The entries below should be output exactly as written.

════════════════════

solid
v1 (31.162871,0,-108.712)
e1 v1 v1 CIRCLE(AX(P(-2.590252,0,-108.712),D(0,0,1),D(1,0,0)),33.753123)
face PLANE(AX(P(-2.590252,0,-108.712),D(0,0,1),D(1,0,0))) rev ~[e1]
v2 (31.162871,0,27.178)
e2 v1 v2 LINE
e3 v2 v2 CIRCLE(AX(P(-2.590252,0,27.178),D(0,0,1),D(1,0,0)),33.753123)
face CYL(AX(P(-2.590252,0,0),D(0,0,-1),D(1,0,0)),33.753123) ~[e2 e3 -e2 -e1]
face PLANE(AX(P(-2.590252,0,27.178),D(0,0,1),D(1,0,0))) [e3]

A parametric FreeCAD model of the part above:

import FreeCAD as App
import Part
import Sketcher
Q = App.Units.Quantity

doc = App.newDocument("Part")
body = doc.addObject("PartDesign::Body", "Body")

sketch1 = doc.addObject("Sketcher::SketchObject", "Sketch")
body.addObject(sketch1)
sketch1.AttachmentSupport = (doc.XY_Plane, [""])
sketch1.MapMode = "FlatFace"
sketch1.addGeometry(Part.Circle(App.Vector(-2.590252, 0, 0), App.Vector(0, 0, 1), 33.753123), False)
sketch1.addConstraint(Sketcher.Constraint("PointOnObject", 0, 3, -1))
sketch1.addConstraint(Sketcher.Constraint("Diameter", 0, Q("67.506246 mm")))
sketch1.addConstraint(Sketcher.Constraint("DistanceX", 0, 3, -1, 1, Q("2.590252 mm")))
pad1 = doc.addObject("PartDesign::Pad", "Pad")
body.addObject(pad1)
pad1.Profile = sketch1
pad1.Length = Q("1.07 in")

sketch2 = doc.addObject("Sketcher::SketchObject", "Sketch001")
body.addObject(sketch2)
sketch2.AttachmentSupport = (doc.XY_Plane, [""])
sketch2.MapMode = "FlatFace"
sketch2.AttachmentOffset = App.Placement(App.Vector(0, 0, 1.07 * 25.4), App.Rotation())
sketch2.addGeometry(Part.Circle(App.Vector(-2.590252, 0, 0), App.Vector(0, 0, 1), 33.753123), False)
sketch2.addConstraint(Sketcher.Constraint("PointOnObject", 0, 3, -1))
sketch2.addConstraint(Sketcher.Constraint("Diameter", 0, Q("67.506246 mm")))
sketch2.addConstraint(Sketcher.Constraint("DistanceX", 0, 3, -1, 1, Q("2.590252 mm")))
pad2 = doc.addObject("PartDesign::Pad", "Pad001")
body.addObject(pad2)
pad2.Profile = sketch2
pad2.Length = Q("5.35 in")
pad2.Reversed = True

doc.recompute()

════════════════════

TASK OUTPUT =
solid
v1 (31.162871,0,-108.712)
e1 v1 v1 CIRCLE(AX(P(-2.590252,0,-108.712),D(0,0,1),D(1,0,0)),33.753123)
face PLANE(AX(P(-2.590252,0,-108.712),D(0,0,1),D(1,0,0))) rev ~[e1]
v2 (31.162871,0,27.178)
e2 v1 v2 LINE
e3 v2 v2 CIRCLE(AX(P(-2.590252,0,27.178),D(0,0,1),D(1,0,0)),33.753123)
face CYL(AX(P(-2.590252,0,0),D(0,0,-1),D(1,0,0)),33.753123) ~[e2 e3 -e2 -e1]
face PLANE(AX(P(-2.590252,0,27.178),D(0,0,1),D(1,0,0))) [e3]

A parametric FreeCAD model of the part above:

import FreeCAD as App
import Part
import Sketcher
Q = App.Units.Quantity

doc = App.newDocument("Part")
body = doc.addObject("PartDesign::Body", "Body")

sketch1 = doc.addObject("Sketcher::SketchObject", "Sketch")
body.addObject(sketch1)
sketch1.AttachmentSupport = (doc.XY_Plane, [""])
sketch1.MapMode = "FlatFace"
sketch1.addGeometry(Part.Circle(App.Vector(-2.590252, 0, 0), App.Vector(0, 0, 1), 33.753123), False)
sketch1.addConstraint(Sketcher.Constraint("PointOnObject", 0, 3, -1))
sketch1.addConstraint(Sketcher.Constraint("Diameter", 0, Q("67.506246 mm")))
sketch1.addConstraint(Sketcher.Constraint("DistanceX", 0, 3, -1, 1, Q("2.590252 mm")))
pad1 = doc.addObject("PartDesign::Pad", "Pad")
body.addObject(pad1)
pad1.Profile = sketch1
pad1.Length = Q("1.07 in")

sketch2 = doc.addObject("Sketcher::SketchObject", "Sketch001")
body.addObject(sketch2)
sketch2.AttachmentSupport = (doc.XY_Plane, [""])
sketch2.MapMode = "FlatFace"
sketch2.AttachmentOffset = App.Placement(App.Vector(0, 0, 1.07 * 25.4), App.Rotation())
sketch2.addGeometry(Part.Circle(App.Vector(-2.590252, 0, 0), App.Vector(0, 0, 1), 33.753123), False)
sketch2.addConstraint(Sketcher.Constraint("PointOnObject", 0, 3, -1))
sketch2.addConstraint(Sketcher.Constraint("Diameter", 0, Q("67.506246 mm")))
sketch2.addConstraint(Sketcher.Constraint("DistanceX", 0, 3, -1, 1, Q("2.590252 mm")))
pad2 = doc.addObject("PartDesign::Pad", "Pad001")
body.addObject(pad2)
pad2.Profile = sketch2
pad2.Length = Q("5.35 in")
pad2.Reversed = True

doc.recompute()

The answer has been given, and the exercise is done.